▶ WORK TASK:
Within the data that follows, set down exactly the lines from the one containing "#46=FACE_BOUND('',#45,.T.);" through the one containing "#60=VERTEX_POINT('',#59);", both ends included.

============================================================

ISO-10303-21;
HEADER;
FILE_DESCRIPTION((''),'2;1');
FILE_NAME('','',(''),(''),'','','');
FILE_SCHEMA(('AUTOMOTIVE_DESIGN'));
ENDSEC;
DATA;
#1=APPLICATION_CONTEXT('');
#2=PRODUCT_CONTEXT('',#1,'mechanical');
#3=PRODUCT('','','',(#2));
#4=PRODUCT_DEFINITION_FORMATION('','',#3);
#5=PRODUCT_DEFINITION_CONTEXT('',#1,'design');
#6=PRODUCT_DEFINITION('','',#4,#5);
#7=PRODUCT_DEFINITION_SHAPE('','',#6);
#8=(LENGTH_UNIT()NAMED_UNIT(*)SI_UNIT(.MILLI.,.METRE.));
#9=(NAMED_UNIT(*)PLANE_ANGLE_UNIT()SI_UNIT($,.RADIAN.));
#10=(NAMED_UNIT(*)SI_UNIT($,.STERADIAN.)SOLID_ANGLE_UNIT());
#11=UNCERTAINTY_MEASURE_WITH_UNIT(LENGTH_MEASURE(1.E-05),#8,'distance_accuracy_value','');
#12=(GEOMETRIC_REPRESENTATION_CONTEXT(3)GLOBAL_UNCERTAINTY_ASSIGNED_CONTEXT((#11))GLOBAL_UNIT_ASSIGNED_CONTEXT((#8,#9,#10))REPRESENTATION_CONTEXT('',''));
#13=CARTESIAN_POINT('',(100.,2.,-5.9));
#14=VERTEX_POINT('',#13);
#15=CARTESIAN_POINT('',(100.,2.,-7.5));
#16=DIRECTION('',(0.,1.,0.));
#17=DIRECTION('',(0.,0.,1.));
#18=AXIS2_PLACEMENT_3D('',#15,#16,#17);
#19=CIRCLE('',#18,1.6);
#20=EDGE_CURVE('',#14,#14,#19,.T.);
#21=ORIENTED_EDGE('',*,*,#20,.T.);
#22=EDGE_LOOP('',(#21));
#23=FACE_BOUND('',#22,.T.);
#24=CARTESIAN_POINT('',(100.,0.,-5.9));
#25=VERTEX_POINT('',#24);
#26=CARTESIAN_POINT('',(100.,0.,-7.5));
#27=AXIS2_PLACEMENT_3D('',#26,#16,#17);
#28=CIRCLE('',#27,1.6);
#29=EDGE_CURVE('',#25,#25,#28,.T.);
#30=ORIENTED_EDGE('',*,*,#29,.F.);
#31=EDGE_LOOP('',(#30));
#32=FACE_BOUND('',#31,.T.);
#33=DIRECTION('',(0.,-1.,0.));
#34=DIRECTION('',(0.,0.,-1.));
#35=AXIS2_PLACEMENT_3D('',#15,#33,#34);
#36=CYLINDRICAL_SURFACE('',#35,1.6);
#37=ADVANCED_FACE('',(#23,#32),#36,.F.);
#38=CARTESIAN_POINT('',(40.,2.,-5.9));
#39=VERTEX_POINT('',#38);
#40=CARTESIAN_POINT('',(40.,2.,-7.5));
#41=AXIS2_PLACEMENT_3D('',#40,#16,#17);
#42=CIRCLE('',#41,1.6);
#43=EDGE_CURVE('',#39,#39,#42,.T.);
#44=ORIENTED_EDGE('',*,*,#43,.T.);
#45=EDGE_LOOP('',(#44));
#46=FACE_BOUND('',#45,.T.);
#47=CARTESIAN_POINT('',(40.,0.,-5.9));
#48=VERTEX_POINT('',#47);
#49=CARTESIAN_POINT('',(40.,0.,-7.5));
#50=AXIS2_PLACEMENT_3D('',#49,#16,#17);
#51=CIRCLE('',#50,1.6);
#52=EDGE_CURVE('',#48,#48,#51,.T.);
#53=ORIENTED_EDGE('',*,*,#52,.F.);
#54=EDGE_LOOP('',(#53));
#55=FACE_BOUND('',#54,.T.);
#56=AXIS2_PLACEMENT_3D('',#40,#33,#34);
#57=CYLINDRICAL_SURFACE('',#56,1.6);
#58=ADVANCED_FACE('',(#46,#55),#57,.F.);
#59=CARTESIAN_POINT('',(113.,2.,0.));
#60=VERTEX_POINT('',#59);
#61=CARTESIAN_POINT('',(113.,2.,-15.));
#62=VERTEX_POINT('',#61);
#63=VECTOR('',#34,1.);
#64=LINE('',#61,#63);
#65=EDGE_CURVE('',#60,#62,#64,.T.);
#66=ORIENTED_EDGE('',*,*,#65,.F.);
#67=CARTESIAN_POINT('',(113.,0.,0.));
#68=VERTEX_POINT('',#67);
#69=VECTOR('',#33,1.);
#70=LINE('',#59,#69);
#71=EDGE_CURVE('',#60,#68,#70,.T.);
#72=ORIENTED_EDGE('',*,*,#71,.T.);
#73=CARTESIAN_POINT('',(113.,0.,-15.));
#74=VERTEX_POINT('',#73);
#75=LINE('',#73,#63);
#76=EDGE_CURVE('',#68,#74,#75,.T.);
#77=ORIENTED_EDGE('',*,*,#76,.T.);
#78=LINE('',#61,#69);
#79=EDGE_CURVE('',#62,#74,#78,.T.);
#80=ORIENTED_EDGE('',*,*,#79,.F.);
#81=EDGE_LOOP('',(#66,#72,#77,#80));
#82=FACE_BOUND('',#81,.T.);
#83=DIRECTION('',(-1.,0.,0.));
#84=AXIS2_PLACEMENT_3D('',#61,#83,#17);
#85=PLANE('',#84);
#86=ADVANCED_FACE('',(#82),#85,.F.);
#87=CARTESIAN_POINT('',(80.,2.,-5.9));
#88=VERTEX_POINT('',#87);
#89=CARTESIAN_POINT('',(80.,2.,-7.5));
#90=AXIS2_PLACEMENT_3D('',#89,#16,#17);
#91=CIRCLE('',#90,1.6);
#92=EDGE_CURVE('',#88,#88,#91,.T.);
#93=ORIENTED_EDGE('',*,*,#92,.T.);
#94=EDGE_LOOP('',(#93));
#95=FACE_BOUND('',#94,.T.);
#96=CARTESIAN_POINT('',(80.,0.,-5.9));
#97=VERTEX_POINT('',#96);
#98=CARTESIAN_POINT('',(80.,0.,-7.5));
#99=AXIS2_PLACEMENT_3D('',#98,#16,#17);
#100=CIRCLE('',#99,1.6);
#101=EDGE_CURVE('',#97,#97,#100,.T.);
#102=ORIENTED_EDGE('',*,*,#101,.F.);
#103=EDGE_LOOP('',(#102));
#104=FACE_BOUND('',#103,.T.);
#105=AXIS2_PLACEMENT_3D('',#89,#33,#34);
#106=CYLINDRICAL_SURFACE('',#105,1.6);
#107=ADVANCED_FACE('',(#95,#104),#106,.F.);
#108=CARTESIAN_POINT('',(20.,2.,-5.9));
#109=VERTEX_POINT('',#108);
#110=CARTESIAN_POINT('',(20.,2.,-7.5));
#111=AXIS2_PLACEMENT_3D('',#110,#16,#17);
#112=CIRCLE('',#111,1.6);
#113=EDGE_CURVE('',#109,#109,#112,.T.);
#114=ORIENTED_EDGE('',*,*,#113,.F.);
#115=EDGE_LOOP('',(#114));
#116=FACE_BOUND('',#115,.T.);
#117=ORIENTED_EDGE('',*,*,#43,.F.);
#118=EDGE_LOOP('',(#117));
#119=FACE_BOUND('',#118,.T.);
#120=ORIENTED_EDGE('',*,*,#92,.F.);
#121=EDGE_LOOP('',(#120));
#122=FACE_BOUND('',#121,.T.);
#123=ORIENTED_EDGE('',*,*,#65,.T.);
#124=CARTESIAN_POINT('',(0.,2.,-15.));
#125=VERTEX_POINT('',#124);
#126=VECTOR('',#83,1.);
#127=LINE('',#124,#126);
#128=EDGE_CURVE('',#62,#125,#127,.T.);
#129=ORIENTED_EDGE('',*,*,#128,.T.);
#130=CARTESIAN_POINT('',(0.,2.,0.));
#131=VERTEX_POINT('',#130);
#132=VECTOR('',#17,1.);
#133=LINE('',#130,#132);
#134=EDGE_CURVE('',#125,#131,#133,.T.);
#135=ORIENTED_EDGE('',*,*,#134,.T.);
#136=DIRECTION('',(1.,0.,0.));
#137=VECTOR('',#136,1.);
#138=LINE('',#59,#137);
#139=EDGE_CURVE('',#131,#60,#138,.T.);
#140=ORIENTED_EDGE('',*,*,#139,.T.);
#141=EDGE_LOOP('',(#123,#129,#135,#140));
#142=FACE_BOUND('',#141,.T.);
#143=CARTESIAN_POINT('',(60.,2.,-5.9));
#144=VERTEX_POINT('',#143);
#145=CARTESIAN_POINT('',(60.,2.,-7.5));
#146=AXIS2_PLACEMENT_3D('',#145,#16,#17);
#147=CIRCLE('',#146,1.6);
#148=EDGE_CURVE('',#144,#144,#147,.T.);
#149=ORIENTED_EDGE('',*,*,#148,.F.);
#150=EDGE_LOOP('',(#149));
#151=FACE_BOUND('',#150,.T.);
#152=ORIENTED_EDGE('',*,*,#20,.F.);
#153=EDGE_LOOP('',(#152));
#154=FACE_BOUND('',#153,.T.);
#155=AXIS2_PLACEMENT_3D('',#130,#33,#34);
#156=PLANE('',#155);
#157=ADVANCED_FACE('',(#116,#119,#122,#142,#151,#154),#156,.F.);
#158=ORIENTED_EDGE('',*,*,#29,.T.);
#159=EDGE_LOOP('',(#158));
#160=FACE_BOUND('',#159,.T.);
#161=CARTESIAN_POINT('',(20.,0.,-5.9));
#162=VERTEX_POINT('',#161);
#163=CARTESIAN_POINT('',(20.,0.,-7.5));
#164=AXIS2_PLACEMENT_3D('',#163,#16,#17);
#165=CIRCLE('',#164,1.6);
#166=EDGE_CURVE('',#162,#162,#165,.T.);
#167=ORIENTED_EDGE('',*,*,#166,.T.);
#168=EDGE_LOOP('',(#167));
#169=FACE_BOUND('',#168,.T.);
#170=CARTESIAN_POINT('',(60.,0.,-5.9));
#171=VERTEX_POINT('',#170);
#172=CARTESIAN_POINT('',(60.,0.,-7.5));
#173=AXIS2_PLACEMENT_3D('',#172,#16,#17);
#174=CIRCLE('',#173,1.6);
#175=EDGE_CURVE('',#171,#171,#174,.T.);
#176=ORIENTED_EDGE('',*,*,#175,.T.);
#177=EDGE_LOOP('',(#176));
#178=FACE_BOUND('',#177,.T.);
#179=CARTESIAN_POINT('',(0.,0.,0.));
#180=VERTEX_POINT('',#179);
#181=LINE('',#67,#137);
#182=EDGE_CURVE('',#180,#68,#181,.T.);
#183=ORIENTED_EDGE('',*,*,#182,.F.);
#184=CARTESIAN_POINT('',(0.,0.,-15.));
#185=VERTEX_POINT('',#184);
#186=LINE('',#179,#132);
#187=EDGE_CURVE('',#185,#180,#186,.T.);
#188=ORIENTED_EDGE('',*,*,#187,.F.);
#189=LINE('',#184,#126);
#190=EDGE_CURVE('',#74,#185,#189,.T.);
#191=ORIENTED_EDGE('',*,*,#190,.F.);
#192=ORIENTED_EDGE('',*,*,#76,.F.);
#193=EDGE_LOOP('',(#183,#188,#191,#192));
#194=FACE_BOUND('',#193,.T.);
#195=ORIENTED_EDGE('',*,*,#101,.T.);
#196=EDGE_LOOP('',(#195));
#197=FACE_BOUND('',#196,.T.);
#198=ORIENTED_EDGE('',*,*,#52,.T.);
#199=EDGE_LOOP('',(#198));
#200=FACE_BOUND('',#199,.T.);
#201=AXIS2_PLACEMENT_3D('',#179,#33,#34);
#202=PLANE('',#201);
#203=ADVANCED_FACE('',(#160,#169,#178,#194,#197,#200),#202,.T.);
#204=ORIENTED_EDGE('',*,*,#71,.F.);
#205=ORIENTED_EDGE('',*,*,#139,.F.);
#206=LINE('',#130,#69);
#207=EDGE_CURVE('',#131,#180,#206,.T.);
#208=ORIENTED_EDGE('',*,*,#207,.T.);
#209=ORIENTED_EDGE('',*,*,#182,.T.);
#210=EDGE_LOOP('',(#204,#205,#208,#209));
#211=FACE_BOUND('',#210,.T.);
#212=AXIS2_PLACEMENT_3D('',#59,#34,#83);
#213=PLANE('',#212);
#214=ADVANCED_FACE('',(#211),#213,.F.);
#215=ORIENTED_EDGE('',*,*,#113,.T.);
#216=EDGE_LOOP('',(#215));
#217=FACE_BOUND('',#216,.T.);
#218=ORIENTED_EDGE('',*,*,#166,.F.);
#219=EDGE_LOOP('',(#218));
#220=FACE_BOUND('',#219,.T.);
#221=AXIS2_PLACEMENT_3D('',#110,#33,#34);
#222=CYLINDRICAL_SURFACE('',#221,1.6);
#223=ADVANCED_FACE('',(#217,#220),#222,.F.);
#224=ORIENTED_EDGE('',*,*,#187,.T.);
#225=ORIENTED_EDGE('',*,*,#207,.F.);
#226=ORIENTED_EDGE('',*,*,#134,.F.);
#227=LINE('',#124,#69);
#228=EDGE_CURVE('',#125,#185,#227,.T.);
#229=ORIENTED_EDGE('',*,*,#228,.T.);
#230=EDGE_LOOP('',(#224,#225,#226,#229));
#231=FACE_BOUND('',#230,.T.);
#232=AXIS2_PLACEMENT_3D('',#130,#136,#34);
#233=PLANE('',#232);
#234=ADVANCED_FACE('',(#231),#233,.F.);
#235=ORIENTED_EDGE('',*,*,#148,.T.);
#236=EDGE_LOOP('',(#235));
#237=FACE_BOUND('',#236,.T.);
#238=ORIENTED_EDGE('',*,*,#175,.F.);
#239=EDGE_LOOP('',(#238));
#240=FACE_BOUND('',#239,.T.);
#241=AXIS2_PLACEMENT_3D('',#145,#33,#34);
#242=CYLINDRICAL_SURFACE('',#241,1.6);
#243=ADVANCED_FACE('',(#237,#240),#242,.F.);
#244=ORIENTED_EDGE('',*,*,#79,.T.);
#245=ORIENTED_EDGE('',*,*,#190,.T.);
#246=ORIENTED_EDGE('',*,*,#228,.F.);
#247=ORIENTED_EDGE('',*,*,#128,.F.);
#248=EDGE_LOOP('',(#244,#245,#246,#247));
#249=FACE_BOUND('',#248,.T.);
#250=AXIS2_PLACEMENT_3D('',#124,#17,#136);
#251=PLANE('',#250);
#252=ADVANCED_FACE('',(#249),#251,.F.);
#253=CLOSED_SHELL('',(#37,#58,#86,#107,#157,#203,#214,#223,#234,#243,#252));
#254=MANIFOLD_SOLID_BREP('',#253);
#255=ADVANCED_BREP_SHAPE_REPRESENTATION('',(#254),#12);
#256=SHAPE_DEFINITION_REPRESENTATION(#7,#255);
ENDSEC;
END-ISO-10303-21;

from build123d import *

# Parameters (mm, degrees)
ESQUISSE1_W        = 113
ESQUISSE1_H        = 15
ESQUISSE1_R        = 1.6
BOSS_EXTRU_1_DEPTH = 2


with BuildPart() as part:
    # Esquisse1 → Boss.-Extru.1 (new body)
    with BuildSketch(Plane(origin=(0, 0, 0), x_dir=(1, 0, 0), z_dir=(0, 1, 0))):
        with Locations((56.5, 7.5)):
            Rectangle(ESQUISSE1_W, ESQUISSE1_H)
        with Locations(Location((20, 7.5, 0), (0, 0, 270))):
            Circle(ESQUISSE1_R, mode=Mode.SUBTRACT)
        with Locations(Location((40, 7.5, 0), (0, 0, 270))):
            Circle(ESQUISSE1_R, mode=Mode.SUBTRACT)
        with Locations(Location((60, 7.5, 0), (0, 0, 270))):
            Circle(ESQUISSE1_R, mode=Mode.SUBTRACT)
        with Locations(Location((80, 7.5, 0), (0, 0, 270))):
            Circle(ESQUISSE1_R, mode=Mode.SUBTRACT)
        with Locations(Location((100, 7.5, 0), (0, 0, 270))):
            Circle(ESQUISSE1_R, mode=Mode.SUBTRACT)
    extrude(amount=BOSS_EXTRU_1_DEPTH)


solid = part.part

============================================================

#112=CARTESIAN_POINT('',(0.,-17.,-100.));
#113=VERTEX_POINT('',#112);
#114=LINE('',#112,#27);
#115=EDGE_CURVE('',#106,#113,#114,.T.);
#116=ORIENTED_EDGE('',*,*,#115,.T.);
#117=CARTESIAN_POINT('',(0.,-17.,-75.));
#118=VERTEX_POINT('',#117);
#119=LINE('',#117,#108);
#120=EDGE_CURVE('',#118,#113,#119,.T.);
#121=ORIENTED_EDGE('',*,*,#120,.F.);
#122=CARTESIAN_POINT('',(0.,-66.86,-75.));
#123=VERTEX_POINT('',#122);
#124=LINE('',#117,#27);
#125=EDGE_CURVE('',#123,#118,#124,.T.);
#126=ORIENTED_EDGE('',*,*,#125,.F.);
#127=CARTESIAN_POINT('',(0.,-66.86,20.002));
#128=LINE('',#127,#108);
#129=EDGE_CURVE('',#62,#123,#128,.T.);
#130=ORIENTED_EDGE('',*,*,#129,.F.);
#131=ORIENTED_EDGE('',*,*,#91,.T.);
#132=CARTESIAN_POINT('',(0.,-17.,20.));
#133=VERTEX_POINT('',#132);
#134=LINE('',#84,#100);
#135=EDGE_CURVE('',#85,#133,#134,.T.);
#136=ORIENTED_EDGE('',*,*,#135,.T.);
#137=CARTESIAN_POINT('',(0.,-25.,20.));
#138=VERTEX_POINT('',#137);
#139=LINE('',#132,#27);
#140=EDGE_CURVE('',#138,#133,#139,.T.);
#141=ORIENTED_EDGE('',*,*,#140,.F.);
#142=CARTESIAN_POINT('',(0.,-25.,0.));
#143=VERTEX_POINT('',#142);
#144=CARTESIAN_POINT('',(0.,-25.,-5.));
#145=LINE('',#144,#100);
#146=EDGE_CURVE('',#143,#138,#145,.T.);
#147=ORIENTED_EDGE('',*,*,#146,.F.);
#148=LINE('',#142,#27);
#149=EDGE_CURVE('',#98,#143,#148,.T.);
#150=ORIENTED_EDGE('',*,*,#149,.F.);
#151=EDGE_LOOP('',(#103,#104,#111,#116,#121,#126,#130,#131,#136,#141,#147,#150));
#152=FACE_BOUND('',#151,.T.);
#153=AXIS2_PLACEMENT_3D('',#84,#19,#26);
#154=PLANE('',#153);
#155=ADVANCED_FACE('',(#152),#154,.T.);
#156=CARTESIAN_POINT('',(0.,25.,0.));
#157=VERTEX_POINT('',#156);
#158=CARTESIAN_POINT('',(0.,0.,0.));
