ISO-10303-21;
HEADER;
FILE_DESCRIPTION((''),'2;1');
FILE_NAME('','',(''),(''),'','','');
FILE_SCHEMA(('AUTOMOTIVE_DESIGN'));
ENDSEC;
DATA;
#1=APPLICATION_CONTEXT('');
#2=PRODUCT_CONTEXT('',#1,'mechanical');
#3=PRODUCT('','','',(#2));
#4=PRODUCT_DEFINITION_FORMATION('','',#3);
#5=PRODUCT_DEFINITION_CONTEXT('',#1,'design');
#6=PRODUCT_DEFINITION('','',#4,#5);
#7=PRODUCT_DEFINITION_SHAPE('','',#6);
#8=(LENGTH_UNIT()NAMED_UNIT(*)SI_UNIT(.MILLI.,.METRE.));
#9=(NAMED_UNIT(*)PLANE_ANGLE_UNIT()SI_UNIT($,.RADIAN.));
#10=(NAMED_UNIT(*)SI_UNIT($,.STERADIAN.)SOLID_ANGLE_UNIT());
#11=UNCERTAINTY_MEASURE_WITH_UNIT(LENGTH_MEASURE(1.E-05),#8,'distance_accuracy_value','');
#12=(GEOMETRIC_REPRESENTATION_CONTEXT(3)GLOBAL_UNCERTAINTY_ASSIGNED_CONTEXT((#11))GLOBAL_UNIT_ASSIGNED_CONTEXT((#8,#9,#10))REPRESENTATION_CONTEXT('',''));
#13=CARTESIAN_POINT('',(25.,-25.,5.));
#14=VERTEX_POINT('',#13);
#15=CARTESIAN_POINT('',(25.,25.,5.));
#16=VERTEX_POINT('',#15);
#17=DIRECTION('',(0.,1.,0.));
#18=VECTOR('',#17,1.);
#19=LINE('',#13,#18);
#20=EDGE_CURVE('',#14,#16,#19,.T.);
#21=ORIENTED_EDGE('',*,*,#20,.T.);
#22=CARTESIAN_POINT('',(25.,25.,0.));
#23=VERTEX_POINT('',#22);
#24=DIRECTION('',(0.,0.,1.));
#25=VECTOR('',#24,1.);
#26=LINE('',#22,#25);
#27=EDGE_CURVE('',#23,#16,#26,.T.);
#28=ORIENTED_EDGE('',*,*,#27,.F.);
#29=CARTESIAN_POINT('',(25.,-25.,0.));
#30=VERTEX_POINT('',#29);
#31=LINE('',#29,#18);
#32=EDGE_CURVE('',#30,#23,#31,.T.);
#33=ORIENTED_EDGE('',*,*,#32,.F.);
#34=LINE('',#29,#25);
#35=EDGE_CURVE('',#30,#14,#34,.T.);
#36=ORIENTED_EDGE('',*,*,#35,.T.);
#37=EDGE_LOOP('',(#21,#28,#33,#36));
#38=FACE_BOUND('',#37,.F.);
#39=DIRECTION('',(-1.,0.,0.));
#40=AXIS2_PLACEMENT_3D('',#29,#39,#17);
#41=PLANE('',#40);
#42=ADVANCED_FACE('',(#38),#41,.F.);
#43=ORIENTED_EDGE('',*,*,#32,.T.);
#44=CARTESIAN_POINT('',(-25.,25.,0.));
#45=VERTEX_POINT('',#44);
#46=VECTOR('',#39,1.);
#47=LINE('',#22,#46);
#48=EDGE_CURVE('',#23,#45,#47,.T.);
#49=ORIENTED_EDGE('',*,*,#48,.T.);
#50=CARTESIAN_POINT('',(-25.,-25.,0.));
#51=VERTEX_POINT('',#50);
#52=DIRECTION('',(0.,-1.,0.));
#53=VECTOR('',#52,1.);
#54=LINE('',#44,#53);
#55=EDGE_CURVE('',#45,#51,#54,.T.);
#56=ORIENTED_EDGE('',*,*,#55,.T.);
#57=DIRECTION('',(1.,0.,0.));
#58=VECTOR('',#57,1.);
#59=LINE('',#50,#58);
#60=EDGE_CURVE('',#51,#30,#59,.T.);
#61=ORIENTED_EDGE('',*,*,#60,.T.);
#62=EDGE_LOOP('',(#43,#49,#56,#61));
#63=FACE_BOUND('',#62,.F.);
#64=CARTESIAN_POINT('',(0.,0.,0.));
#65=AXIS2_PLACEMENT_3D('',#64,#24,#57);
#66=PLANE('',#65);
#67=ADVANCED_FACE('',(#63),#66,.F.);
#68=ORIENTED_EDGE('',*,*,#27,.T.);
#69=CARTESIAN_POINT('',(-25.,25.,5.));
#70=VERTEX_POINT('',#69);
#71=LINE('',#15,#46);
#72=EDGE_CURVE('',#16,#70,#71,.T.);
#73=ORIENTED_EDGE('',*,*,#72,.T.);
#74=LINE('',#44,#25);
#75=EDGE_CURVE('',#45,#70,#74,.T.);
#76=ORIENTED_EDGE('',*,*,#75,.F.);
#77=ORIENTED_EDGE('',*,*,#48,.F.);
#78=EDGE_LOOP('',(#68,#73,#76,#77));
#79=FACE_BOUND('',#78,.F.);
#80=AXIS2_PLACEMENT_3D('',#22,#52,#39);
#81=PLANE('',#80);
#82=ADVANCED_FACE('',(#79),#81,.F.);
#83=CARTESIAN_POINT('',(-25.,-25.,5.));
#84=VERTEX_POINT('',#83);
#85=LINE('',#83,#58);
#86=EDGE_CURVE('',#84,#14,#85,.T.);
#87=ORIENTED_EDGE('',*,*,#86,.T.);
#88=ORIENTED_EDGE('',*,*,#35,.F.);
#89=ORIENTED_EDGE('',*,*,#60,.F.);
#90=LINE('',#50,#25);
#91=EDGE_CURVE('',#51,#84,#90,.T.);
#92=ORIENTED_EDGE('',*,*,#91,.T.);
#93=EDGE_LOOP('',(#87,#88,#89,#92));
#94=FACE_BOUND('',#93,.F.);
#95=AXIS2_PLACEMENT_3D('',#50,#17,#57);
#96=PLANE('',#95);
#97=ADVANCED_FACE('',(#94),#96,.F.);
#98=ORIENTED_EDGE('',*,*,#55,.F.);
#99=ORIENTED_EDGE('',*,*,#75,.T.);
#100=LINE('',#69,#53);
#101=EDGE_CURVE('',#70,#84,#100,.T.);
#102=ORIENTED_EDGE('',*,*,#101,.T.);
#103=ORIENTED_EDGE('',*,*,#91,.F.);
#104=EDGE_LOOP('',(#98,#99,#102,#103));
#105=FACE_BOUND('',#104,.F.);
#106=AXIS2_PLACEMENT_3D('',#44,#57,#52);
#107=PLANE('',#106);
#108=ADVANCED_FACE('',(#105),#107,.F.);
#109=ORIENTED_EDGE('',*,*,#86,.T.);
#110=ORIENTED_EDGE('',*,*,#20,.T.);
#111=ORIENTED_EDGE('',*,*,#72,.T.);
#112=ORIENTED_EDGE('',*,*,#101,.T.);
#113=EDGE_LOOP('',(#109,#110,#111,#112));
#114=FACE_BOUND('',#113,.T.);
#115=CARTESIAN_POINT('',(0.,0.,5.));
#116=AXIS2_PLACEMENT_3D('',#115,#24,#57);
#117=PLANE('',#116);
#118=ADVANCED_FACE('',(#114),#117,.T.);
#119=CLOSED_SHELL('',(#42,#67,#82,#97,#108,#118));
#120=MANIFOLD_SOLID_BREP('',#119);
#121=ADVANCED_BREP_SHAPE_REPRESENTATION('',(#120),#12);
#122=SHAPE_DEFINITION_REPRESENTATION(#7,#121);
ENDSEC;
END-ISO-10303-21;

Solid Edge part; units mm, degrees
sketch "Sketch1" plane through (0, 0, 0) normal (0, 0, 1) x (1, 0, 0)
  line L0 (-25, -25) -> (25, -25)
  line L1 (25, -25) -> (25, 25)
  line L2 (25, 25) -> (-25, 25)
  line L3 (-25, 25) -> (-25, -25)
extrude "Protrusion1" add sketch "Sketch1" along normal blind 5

============================================================

▶ ANSWER TO THE PROBLEM:
#46=FACE_BOUND('',#45,.T.);
#47=CARTESIAN_POINT('',(40.,0.,-5.9));
#48=VERTEX_POINT('',#47);
#49=CARTESIAN_POINT('',(40.,0.,-7.5));
#50=AXIS2_PLACEMENT_3D('',#49,#16,#17);
#51=CIRCLE('',#50,1.6);
#52=EDGE_CURVE('',#48,#48,#51,.T.);
#53=ORIENTED_EDGE('',*,*,#52,.F.);
#54=EDGE_LOOP('',(#53));
#55=FACE_BOUND('',#54,.T.);
#56=AXIS2_PLACEMENT_3D('',#40,#33,#34);
#57=CYLINDRICAL_SURFACE('',#56,1.6);
#58=ADVANCED_FACE('',(#46,#55),#57,.F.);
#59=CARTESIAN_POINT('',(113.,2.,0.));
#60=VERTEX_POINT('',#59);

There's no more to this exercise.